Living Outside The Box Born-Again Techo-Geek Renaissance Man

18Dec/170

The Nine Laws: Part Four

If you haven't read them, start with my review of The Nine Laws, and subsequent part Onepart Two, and part Three.

The Fourth Law is Endurance.

The word "endure" comes from the Latin root word "indurare" which means "to harden." To Endure means to go through something "difficult, painful, or hard." As opposed, of course, to not going through it, i.e. giving up.

Endurance is what separates good athletes (or warriors) from great ones. Most people have the capability to run, or to lift heavy things. But when you can do it repeatedly, or for extended periods of time, then you have endurance.

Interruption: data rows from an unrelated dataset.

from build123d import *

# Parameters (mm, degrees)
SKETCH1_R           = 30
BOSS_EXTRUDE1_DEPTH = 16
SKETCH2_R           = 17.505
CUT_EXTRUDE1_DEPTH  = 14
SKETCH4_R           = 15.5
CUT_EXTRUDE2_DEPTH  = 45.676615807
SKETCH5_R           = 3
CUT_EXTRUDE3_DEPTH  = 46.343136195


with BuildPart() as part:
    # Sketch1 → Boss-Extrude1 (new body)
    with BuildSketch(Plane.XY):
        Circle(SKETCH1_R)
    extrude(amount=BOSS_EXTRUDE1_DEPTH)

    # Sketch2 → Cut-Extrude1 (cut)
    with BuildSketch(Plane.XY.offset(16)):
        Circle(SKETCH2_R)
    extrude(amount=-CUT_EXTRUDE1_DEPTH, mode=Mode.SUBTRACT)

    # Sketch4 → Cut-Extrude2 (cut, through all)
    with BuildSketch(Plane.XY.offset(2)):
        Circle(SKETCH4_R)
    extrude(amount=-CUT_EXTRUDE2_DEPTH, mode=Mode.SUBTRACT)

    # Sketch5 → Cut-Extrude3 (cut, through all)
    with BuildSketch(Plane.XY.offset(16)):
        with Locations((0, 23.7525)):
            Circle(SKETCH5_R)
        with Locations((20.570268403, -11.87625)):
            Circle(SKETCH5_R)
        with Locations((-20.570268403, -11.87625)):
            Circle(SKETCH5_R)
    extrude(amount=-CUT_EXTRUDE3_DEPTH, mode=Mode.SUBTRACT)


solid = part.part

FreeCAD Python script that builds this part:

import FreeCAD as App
import Part
import Sketcher
Q = App.Units.Quantity

doc = App.newDocument("Part")
body = doc.addObject("PartDesign::Body", "Body")

sketch1 = doc.addObject("Sketcher::SketchObject", "Sketch")
body.addObject(sketch1)
sketch1.AttachmentSupport = (doc.XY_Plane, [""])
sketch1.MapMode = "FlatFace"
sketch1.addGeometry(Part.Circle(App.Vector(0, 0, 0), App.Vector(0, 0, 1), 30), False)
sketch1.addConstraint([
    Sketcher.Constraint("Coincident", 0, 3, -1, 1),
    Sketcher.Constraint("Diameter", 0, Q("60 mm")),
])
pad1 = doc.addObject("PartDesign::Pad", "Pad")
body.addObject(pad1)
pad1.Profile = sketch1
pad1.Length = 16

sketch2 = doc.addObject("Sketcher::SketchObject", "Sketch001")
body.addObject(sketch2)
sketch2.AttachmentSupport = (doc.XY_Plane, [""])
sketch2.MapMode = "FlatFace"
sketch2.AttachmentOffset = App.Placement(App.Vector(0, 0, 16), App.Rotation())
sketch2.addGeometry(Part.Circle(App.Vector(0, 0, 0), App.Vector(0, 0, 1), 17.505), False)
sketch2.addConstraint([
    Sketcher.Constraint("Coincident", 0, 3, -1, 1),
    Sketcher.Constraint("Diameter", 0, Q("35.01 mm")),
])
pocket1 = doc.addObject("PartDesign::Pocket", "Pocket")
body.addObject(pocket1)
pocket1.Profile = sketch2
pocket1.Length = 14

sketch3 = doc.addObject("Sketcher::SketchObject", "Sketch002")
body.addObject(sketch3)
sketch3.AttachmentSupport = (doc.XY_Plane, [""])
sketch3.MapMode = "FlatFace"
sketch3.AttachmentOffset = App.Placement(App.Vector(0, 0, 2), App.Rotation())
sketch3.addGeometry(Part.Circle(App.Vector(0, 0, 0), App.Vector(0, 0, 1), 15.5), False)
sketch3.addConstraint([
    Sketcher.Constraint("Coincident", 0, 3, -1, 1),
    Sketcher.Constraint("Diameter", 0, Q("31 mm")),
])
pocket2 = doc.addObject("PartDesign::Pocket", "Pocket001")
body.addObject(pocket2)
pocket2.Profile = sketch3
pocket2.Type = "ThroughAll"

sketch4 = doc.addObject("Sketcher::SketchObject", "Sketch003")
body.addObject(sketch4)
sketch4.AttachmentSupport = (doc.XY_Plane, [""])
sketch4.MapMode = "FlatFace"
sketch4.AttachmentOffset = App.Placement(App.Vector(0, 0, 16), App.Rotation())
sketch4.addGeometry([
    Part.Circle(App.Vector(0, 23.7525, 0), App.Vector(0, 0, 1), 3),
    Part.Circle(App.Vector(20.570268, -11.87625, 0), App.Vector(0, 0, 1), 3),
    Part.Circle(App.Vector(-20.570268, -11.87625, 0), App.Vector(0, 0, 1), 3),
], False)
sketch4.addConstraint([
    Sketcher.Constraint("Equal", 0, 1),
    Sketcher.Constraint("Equal", 1, 2),
    Sketcher.Constraint("Symmetric", 1, 3, 2, 3, -2),
    Sketcher.Constraint("PointOnObject", 0, 3, -2),
    Sketcher.Constraint("Diameter", 0, Q("6 mm")),
    Sketcher.Constraint("DistanceY", -1, 1, 0, 3, Q("23.7525 mm")),
    Sketcher.Constraint("DistanceX", -1, 1, 1, 3, Q("20.570268 mm")),
    Sketcher.Constraint("DistanceY", 1, 3, -1, 1, Q("11.87625 mm")),
])
pocket3 = doc.addObject("PartDesign::Pocket", "Pocket002")
body.addObject(pocket3)
pocket3.Profile = sketch4
pocket3.Type = "ThroughAll"

doc.recompute()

There are millions of websites that can show you how to develop physical endurance. It's not that difficult, actually- the human body is phenominal at adapting to a repeated exercise. If you progressively push yourself longer and longer, your body will gradually learn and adapt.

What there isn't much information on, sadly, is Mental Endurance. And the most tragic thing about this is that without Mental Endurance, your physical endurance is practically worthless.

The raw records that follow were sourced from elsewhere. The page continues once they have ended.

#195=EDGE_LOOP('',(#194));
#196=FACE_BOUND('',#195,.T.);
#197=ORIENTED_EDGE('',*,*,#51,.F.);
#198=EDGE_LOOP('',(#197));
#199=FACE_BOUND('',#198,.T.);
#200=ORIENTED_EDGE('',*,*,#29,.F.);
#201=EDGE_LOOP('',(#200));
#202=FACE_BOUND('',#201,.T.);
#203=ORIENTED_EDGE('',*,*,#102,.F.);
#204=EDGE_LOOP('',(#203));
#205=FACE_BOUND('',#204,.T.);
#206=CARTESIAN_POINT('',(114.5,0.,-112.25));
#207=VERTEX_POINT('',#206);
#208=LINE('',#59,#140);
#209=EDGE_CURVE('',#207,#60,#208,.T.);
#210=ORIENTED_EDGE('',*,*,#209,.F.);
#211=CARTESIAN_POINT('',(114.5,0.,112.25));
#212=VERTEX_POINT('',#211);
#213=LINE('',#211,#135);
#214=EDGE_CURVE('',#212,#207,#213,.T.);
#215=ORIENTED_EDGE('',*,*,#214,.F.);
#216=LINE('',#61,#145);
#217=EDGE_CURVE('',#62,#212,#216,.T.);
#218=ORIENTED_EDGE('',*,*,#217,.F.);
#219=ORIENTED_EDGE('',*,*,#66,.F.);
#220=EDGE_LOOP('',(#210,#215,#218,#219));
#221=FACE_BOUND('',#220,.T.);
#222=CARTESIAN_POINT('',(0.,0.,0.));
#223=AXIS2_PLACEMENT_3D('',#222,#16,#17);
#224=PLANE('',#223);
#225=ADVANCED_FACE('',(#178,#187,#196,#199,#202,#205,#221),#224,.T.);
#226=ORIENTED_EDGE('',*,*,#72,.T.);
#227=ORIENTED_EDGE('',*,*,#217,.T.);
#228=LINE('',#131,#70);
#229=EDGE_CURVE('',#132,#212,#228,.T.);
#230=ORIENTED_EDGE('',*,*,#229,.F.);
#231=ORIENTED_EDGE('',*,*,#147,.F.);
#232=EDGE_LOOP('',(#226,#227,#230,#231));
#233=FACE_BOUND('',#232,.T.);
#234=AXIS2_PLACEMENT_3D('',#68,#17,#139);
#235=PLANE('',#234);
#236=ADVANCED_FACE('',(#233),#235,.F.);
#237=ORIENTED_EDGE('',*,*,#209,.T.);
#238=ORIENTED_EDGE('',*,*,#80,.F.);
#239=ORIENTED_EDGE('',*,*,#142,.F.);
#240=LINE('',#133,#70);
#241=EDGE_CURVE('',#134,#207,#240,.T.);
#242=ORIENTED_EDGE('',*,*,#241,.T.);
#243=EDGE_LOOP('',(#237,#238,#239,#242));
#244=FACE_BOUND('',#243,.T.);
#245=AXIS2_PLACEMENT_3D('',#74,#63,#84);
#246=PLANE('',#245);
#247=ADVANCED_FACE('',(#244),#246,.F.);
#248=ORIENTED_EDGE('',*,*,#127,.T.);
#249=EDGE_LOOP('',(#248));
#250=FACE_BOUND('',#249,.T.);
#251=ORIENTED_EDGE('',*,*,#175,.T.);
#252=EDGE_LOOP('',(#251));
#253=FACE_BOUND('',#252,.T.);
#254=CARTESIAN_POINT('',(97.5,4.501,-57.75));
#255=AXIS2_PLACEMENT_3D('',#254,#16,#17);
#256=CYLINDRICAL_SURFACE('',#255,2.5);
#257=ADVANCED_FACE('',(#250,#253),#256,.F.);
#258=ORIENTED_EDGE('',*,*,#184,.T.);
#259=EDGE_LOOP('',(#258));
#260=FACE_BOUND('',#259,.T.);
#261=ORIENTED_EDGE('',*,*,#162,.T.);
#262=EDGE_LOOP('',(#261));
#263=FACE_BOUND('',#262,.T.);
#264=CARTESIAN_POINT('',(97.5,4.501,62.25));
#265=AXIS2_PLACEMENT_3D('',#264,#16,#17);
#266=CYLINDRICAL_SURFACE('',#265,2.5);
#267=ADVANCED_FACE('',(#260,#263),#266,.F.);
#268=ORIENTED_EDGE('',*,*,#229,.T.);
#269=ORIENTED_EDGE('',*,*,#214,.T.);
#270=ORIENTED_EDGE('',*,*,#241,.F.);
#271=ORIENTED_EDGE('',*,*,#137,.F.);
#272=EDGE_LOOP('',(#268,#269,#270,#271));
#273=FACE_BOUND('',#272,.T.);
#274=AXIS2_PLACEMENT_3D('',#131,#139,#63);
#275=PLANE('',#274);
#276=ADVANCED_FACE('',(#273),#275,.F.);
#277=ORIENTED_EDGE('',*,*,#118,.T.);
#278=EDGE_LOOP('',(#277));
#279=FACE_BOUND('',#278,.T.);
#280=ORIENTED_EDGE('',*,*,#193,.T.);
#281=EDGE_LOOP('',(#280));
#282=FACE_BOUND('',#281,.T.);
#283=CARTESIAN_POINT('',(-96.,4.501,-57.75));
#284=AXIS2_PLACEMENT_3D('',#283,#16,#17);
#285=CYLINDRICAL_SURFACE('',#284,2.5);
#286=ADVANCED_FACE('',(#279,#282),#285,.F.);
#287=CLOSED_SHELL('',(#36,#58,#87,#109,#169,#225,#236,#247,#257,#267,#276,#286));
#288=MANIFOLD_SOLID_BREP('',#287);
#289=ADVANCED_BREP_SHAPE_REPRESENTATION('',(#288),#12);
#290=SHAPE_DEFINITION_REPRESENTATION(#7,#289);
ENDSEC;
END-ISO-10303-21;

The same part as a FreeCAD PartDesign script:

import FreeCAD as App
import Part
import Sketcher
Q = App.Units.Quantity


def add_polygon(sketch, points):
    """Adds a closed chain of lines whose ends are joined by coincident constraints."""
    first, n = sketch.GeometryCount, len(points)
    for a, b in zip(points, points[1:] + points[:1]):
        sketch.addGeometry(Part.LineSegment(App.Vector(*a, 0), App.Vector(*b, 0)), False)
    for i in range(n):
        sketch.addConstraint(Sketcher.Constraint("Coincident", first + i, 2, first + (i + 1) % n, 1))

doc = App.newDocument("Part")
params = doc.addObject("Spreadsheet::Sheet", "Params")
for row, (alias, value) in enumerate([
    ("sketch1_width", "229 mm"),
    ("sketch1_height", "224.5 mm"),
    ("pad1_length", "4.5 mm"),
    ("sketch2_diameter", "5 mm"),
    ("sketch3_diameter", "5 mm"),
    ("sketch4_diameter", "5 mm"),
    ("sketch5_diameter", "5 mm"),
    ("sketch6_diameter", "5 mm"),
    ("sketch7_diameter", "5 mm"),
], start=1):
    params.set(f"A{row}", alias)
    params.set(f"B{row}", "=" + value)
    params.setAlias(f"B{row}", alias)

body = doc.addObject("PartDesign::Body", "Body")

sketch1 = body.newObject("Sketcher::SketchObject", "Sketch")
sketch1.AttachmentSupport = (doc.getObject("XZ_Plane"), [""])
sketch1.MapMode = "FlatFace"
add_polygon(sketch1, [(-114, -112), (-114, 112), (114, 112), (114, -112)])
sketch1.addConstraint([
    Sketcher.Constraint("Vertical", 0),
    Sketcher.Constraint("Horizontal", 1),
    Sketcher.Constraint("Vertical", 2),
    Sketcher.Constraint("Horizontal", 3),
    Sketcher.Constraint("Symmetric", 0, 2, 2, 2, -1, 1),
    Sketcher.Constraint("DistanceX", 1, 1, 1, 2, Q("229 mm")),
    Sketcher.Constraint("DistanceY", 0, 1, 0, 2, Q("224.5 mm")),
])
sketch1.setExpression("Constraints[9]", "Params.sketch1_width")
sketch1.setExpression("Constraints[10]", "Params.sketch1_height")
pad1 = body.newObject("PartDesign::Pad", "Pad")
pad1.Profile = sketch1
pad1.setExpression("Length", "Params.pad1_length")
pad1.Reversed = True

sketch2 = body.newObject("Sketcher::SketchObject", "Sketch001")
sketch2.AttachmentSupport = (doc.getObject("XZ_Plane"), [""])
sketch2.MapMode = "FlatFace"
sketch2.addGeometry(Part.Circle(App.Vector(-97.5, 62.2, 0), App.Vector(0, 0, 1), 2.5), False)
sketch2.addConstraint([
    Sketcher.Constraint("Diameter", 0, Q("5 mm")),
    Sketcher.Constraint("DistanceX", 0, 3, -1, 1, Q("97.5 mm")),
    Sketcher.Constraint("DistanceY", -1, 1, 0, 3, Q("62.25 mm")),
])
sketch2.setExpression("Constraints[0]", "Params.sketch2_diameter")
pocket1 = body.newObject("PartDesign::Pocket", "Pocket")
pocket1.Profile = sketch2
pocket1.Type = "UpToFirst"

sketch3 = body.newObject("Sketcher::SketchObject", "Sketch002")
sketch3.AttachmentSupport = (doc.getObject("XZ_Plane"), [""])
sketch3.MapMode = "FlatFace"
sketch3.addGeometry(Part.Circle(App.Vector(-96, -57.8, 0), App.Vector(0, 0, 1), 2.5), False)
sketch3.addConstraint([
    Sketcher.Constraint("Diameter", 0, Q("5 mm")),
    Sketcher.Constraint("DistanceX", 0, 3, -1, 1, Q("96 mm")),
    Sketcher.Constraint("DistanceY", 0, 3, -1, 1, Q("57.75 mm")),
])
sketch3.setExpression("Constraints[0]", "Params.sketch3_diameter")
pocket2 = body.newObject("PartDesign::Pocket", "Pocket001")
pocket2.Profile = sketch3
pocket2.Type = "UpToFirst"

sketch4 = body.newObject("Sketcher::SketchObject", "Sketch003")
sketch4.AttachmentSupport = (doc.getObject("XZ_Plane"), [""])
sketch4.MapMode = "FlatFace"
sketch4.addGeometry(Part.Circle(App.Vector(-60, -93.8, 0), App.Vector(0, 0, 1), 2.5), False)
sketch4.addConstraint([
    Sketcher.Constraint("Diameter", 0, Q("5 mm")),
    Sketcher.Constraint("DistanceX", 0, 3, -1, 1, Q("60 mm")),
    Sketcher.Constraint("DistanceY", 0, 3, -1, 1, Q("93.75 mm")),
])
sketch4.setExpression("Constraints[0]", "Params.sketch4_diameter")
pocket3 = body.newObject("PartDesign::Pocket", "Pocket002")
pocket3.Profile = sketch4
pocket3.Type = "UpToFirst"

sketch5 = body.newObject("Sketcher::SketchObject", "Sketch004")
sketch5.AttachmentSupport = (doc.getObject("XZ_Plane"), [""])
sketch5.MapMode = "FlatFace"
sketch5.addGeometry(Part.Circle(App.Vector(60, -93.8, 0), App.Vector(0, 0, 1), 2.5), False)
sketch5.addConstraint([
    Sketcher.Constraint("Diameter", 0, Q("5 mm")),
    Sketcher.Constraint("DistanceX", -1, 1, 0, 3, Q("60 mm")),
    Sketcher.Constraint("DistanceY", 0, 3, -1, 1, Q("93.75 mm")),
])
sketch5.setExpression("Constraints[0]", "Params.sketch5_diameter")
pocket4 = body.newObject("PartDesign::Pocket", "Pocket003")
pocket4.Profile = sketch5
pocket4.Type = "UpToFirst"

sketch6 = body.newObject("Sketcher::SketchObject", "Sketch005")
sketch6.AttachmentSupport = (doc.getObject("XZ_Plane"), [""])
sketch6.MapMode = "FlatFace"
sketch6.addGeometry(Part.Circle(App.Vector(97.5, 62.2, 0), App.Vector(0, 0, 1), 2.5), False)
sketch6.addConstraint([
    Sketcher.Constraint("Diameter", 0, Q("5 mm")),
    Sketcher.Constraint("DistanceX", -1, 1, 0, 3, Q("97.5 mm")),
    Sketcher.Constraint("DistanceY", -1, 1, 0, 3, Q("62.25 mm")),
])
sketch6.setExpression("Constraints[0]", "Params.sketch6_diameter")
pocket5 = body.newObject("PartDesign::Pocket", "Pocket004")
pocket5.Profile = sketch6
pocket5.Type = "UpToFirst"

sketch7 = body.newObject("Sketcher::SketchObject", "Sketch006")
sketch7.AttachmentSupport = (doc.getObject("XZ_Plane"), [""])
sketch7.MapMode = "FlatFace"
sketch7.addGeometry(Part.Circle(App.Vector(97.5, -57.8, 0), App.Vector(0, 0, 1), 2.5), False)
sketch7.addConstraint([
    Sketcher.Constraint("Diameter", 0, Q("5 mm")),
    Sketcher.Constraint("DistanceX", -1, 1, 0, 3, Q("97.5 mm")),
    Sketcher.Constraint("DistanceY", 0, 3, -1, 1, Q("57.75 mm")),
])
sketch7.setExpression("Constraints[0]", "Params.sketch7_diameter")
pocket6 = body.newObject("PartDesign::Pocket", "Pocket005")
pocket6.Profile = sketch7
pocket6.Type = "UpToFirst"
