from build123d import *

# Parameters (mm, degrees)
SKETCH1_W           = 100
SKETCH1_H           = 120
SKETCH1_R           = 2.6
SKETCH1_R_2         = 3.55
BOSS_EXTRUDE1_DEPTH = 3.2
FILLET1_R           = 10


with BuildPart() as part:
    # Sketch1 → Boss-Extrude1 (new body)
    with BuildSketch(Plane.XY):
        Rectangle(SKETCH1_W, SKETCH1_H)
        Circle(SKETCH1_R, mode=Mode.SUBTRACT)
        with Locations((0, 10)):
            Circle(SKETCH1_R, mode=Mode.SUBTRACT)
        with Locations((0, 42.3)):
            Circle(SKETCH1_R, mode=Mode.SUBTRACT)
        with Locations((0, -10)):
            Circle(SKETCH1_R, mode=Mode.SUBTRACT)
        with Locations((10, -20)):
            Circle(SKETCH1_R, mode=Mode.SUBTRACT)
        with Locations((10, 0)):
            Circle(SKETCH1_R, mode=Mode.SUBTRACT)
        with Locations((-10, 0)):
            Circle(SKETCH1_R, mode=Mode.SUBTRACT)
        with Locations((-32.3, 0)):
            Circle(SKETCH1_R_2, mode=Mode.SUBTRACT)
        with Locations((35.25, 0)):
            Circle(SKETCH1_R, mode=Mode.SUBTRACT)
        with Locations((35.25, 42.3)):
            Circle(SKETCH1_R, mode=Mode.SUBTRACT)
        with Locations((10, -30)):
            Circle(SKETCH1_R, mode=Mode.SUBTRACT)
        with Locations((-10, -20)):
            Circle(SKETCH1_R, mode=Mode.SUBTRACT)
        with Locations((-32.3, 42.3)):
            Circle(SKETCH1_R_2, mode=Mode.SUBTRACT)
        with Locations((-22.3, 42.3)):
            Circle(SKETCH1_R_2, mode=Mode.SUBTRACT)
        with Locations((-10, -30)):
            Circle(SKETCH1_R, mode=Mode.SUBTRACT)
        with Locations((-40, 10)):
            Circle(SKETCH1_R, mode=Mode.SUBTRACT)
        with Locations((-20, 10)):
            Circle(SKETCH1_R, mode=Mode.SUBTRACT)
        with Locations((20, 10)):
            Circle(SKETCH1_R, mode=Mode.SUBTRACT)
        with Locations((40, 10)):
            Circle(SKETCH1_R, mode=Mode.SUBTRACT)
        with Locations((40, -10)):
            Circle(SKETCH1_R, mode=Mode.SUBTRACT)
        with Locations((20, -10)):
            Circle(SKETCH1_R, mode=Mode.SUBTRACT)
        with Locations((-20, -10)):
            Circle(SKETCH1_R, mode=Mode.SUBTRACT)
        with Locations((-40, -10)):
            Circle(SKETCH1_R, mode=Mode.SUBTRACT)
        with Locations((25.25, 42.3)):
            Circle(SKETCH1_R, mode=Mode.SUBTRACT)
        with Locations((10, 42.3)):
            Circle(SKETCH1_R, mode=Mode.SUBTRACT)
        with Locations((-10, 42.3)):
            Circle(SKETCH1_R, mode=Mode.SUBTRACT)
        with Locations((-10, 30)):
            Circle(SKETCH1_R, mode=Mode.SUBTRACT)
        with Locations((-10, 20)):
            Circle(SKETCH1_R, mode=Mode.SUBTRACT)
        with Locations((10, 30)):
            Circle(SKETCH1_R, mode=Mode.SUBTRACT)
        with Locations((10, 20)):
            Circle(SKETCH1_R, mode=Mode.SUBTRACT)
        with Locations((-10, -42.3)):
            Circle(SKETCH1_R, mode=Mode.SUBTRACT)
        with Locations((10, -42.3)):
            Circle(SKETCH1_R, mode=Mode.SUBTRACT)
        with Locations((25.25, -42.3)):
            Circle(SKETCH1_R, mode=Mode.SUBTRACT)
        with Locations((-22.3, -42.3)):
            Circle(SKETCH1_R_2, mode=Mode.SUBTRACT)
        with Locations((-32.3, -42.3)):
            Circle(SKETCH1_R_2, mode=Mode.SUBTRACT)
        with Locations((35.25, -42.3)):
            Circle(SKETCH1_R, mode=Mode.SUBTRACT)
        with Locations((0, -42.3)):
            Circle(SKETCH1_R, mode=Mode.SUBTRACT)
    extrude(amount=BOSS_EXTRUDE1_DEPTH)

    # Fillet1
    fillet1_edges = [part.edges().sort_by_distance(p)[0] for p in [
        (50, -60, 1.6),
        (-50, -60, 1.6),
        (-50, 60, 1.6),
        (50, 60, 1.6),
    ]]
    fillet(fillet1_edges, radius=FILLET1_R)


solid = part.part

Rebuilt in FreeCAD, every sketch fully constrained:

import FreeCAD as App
import Part
import Sketcher
Q = App.Units.Quantity


def edges_at(feature, points):
    """Names of the edges that pass closest to the given points."""
    edges = feature.Shape.Edges
    near = lambda p: min(range(len(edges)), key=lambda i: edges[i].distToShape(Part.Vertex(*p))[0])
    return sorted({f"Edge{near(p) + 1}" for p in points})

doc = App.newDocument("Part")
body = doc.addObject("PartDesign::Body", "Body")

# Sketch on XY plane
sketch1 = body.newObject("Sketcher::SketchObject", "Sketch")
sketch1.AttachmentSupport = (doc.getObject("XY_Plane"), [""])
sketch1.MapMode = "FlatFace"
sketch1.addGeometry(Part.LineSegment(App.Vector(-50, 60, 0), App.Vector(-50, -60, 0)), False)
sketch1.addGeometry(Part.LineSegment(App.Vector(-50, -60, 0), App.Vector(50, -60, 0)), False)
sketch1.addGeometry(Part.LineSegment(App.Vector(50, -60, 0), App.Vector(50, 60, 0)), False)
sketch1.addGeometry(Part.LineSegment(App.Vector(50, 60, 0), App.Vector(-50, 60, 0)), False)
sketch1.addGeometry(Part.Circle(App.Vector(-32.3, -42.3, 0), App.Vector(0, 0, 1), 3.55), False)
sketch1.addGeometry(Part.Circle(App.Vector(-22.3, -42.3, 0), App.Vector(0, 0, 1), 3.55), False)
sketch1.addGeometry(Part.Circle(App.Vector(-10, -42.3, 0), App.Vector(0, 0, 1), 2.6), False)
sketch1.addGeometry(Part.Circle(App.Vector(-10, -30, 0), App.Vector(0, 0, 1), 2.6), False)
sketch1.addGeometry(Part.Circle(App.Vector(-40, -10, 0), App.Vector(0, 0, 1), 2.6), False)
sketch1.addGeometry(Part.Circle(App.Vector(-10, -20, 0), App.Vector(0, 0, 1), 2.6), False)
sketch1.addGeometry(Part.Circle(App.Vector(-20, -10, 0), App.Vector(0, 0, 1), 2.6), False)
sketch1.addGeometry(Part.Circle(App.Vector(0, -42.3, 0), App.Vector(0, 0, 1), 2.6), False)
sketch1.addGeometry(Part.Circle(App.Vector(10, -42.3, 0), App.Vector(0, 0, 1), 2.6), False)
sketch1.addGeometry(Part.Circle(App.Vector(10, -30, 0), App.Vector(0, 0, 1), 2.6), False)
sketch1.addGeometry(Part.Circle(App.Vector(25.25, -42.3, 0), App.Vector(0, 0, 1), 2.6), False)
sketch1.addGeometry(Part.Circle(App.Vector(35.25, -42.3, 0), App.Vector(0, 0, 1), 2.6), False)
sketch1.addGeometry(Part.Circle(App.Vector(10, -20, 0), App.Vector(0, 0, 1), 2.6), False)
sketch1.addGeometry(Part.Circle(App.Vector(0, -10, 0), App.Vector(0, 0, 1), 2.6), False)
sketch1.addGeometry(Part.Circle(App.Vector(20, -10, 0), App.Vector(0, 0, 1), 2.6), False)
sketch1.addGeometry(Part.Circle(App.Vector(40, -10, 0), App.Vector(0, 0, 1), 2.6), False)
sketch1.addGeometry(Part.Circle(App.Vector(-32.3, 0, 0), App.Vector(0, 0, 1), 3.55), False)
sketch1.addGeometry(Part.Circle(App.Vector(-40, 10, 0), App.Vector(0, 0, 1), 2.6), False)
sketch1.addGeometry(Part.Circle(App.Vector(-20, 10, 0), App.Vector(0, 0, 1), 2.6), False)
sketch1.addGeometry(Part.Circle(App.Vector(-10, 0, 0), App.Vector(0, 0, 1), 2.6), False)
sketch1.addGeometry(Part.Circle(App.Vector(-10, 20, 0), App.Vector(0, 0, 1), 2.6), False)
sketch1.addGeometry(Part.Circle(App.Vector(-32.3, 42.3, 0), App.Vector(0, 0, 1), 3.55), False)
sketch1.addGeometry(Part.Circle(App.Vector(-22.3, 42.3, 0), App.Vector(0, 0, 1), 3.55), False)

The principle of Mental Endurance can be embodied in the trait of Psychopathy: a complete removal from emotions. It is acceptance: not wishing things were different, but accepting them as they are.

Let's ponder on this for a moment.

When you go through something difficult, it is your mental state that is the limiting factor. Yes, your body will eventually give out, but that is merely a clinical effect. Physical fatigue and exhaustion can be found easily. But breaking through that mental barrier is where the difficulty manifests itself.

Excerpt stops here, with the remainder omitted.